Aus dem Tagebuch des Sir Duncan Dhu vom 4. Januar 2026

Meine winzige Freundin war am Freitag wieder da. Die hat übrigens auch große Pläne für das neue Jahr! Sie möchte ja sooooo gern mal galoppieren! Ich hab nix dagegen, ich galoppiere gern. Aber meine winzige Freundin hat natürlich Angst. Mein Mädchen hat ja auch mal Angst gehabt vorm galoppieren, die versteht das. Ich nicht, aber ich finde ja sowieso, dass ihr Menschen permanent vor den falschen Dingen Angst habt. Ich meine: das Gespenst im Gebüsch ist das Problem, Galopp ist die Lösung! Aber auf mich hört ja keiner.

Mein Mädchen hat überlegt, wie sie meiner winzigkleinen Freundin das Galoppieren leichter machen kann. Und sie hat beschlossen, dass meine winzige Freundin am besten das Reiten mit Sattel lernt, mit Steigbügeln und Leichttraben. Sie hat schon ein sehr gutes Gleichgewicht, aber sie ist so leicht und wenn ich ordentlich Schwung in die Bewegung gebe, fliegt sie doch ein gutes Stück in die Luft. Und vor und nach dem Galopp kann es ja mal passieren dass meine Füße kurz durcheinander kommen, da kann schon mal mehr Schwung drin sein oder eine harte Bremsung. Das will dann alles ausgehalten werden! Also Sattel rauf. Kurz dachte ich, wir gehen ausreiten…. Naja, man wird ja wohl noch träumen dürfen.

Dann war meine winzige Freundin aber unsicher, wie sie aufsteigen soll – wo es doch mit Sattel ein gutes Stück höher ist! Aber sie hatte eine schlaue Idee und nach etwas Umbau stand schließlich der Aufsteigehocker auf dem Steg und so war sie genau das Stück höher, was sie brauchte.

Dann los – erst im Schritt, den Sattel kennenlernen. Dann im Schritt „Leichttraben“ üben – sie hat sich so komisch bewegt, da dachte ich direkt, ich sollte spanischen Schritt machen! Das ist derzeit meine Lieblingsübung. Stellte sich aber raus: war gar nicht so erwünscht.

Dann ganz normal traben (also aussitzen) und den Takt erfühlen und erlauschen. Und dann Leichttraben im Trab. Nach einer kleinen Weile des Probierens hatte meine winzige Freundin den Takt schon ganz gut raus und zum krönenden Abschluss bin ich dann noch an der Longe getrabt (vorher hatte mein Mädchen mich geführt, damit ich schön langsam und gleichmäßig trabe).

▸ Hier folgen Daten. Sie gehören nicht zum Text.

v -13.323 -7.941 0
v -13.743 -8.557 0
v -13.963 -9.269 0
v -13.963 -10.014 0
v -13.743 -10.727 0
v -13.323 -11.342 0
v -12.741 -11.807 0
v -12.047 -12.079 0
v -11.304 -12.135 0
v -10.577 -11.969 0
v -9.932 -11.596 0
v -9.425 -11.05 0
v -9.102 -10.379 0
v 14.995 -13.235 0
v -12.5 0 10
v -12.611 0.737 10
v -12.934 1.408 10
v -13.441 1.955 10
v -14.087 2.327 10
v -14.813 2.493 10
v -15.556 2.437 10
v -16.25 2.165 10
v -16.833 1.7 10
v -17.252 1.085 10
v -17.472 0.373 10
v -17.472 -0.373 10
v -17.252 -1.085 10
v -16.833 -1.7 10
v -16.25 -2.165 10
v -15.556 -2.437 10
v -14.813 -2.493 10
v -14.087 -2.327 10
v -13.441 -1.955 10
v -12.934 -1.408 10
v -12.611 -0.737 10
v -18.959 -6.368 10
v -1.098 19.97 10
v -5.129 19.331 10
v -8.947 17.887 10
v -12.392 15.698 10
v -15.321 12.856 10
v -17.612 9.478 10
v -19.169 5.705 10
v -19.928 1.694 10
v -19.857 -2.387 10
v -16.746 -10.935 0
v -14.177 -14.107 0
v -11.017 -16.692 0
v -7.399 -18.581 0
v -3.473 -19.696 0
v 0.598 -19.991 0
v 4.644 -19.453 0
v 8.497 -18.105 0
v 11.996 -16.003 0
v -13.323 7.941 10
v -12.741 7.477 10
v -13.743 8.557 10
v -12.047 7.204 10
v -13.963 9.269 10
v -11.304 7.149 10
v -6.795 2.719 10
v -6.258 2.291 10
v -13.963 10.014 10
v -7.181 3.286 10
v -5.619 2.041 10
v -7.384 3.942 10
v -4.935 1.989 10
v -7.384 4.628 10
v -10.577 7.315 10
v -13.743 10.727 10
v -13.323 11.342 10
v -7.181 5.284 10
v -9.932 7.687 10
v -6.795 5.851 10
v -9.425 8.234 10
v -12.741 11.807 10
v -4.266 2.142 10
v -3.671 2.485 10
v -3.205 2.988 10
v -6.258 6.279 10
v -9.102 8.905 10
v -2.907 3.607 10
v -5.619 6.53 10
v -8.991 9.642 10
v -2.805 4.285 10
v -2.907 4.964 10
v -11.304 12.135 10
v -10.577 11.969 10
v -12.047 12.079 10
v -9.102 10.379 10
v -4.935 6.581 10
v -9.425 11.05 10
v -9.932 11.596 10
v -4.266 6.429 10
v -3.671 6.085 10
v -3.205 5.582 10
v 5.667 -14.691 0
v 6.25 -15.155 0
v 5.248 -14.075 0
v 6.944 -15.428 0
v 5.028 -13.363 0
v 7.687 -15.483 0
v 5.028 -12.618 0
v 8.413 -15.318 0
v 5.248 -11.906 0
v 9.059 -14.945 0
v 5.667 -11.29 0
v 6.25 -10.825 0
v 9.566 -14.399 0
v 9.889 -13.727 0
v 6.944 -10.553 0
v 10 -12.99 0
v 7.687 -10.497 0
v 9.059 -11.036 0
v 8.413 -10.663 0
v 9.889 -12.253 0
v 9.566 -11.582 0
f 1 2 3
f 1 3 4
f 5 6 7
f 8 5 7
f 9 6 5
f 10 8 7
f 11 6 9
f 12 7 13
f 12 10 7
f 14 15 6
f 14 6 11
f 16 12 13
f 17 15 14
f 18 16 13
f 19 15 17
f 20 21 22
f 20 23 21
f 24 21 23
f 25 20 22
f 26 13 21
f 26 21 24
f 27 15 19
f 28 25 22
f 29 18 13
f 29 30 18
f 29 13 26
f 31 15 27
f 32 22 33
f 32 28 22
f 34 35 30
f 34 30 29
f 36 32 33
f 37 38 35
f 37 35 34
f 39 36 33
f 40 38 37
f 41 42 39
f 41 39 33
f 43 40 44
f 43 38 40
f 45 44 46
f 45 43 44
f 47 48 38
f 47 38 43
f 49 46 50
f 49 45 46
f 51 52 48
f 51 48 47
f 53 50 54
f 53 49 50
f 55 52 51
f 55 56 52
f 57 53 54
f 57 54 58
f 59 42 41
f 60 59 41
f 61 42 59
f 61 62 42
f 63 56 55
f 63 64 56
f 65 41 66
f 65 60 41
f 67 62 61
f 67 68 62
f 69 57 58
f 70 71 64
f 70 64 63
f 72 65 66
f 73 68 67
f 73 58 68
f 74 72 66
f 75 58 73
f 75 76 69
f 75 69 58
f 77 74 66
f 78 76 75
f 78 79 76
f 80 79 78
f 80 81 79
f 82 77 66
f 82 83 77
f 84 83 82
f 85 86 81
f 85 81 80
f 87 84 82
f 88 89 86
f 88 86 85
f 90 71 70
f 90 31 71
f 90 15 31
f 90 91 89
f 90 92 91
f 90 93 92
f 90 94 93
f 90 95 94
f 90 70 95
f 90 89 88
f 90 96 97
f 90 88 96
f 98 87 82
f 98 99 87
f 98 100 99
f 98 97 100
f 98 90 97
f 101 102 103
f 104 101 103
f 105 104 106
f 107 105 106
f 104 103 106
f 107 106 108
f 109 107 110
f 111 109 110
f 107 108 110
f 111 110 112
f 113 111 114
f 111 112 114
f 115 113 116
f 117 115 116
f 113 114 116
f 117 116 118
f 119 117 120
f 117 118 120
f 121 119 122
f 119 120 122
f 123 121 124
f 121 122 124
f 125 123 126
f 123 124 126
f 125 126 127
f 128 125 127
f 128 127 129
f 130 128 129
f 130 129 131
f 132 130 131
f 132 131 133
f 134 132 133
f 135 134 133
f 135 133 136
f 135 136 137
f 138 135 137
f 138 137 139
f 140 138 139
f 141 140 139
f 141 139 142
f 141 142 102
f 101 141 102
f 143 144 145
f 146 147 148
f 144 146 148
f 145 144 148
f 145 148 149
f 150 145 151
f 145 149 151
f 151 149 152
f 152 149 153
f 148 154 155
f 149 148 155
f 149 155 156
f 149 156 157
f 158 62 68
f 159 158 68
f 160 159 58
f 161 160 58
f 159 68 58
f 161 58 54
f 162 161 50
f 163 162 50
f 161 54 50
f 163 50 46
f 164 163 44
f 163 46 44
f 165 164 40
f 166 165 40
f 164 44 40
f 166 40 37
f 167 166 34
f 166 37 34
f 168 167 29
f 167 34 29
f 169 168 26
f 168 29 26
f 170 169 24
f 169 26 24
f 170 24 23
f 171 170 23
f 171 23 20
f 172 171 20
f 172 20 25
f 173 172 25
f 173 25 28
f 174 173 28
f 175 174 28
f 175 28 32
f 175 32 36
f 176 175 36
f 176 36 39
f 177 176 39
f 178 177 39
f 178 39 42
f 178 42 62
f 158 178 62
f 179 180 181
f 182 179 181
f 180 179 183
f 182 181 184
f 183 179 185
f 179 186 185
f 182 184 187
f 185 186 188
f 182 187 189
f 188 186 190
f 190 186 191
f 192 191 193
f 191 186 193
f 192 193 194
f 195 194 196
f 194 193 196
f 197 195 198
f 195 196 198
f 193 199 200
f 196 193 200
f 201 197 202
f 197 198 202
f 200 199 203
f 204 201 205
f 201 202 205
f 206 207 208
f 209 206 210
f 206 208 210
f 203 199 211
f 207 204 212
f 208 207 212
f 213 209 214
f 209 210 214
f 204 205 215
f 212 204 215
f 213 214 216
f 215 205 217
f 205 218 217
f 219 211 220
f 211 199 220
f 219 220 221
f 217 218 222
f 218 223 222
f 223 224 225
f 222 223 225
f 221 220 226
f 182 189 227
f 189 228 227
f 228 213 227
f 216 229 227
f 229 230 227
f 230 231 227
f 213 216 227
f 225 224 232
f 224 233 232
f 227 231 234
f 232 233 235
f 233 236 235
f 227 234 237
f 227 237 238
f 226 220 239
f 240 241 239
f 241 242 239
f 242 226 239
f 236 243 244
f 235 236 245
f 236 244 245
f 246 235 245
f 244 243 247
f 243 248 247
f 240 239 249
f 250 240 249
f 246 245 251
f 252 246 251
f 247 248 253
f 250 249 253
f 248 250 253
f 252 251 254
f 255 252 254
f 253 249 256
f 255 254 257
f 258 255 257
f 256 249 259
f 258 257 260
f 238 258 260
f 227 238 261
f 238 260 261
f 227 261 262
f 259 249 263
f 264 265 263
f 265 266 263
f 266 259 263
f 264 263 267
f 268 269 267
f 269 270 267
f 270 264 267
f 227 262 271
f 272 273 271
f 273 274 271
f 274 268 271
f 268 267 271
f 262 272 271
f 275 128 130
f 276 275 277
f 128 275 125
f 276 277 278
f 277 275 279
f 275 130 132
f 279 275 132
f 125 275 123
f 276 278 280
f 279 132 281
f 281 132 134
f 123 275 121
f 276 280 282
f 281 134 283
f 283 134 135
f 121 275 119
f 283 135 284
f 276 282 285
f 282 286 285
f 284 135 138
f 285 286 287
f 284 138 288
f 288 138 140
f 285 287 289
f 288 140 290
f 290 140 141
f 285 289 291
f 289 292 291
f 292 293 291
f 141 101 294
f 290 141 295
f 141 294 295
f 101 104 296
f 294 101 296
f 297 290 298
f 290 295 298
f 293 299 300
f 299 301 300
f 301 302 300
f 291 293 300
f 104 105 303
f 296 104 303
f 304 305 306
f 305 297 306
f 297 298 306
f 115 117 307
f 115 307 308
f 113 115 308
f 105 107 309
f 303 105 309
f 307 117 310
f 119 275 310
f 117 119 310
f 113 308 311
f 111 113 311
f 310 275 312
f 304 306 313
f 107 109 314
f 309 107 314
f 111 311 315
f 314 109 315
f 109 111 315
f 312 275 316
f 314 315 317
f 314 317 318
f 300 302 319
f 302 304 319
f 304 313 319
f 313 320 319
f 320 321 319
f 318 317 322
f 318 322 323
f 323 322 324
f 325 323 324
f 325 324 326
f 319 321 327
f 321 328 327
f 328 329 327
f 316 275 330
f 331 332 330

Meine winzige Freundin war zu Recht sehr stolz auf sich! Absteigen fand sie etwas gruselig (mit Sattel ist sie weiter oben UND sie muss ihr Bein mehr anheben um mit Schwung übers Hinterzwiesel zu kommen), aber ihre Mama hat sie aufgefangen, da ging das.

Anschließend hat sie – das ist unsere neue Tradition – mit Kreide an die Wand geschrieben, was wir heute gemacht haben. Damit wir uns alle gut daran erinnern können.

Erfolge werden an der Wand notiert

Mein Mädchen war wieder hoch zufrieden mit mir und meiner Leistung und die Keksrate war recht ordentlich. Zum Schluss hab ich zwei Möhren bekommen – eine von der Mama von meiner winzigen Freundin und eine (fast) von meiner winzigen Freundin selbst (mit der Hand von Mama und der Hand von meinem Mädchen bisschen dazwischen als Schutz). So mutig!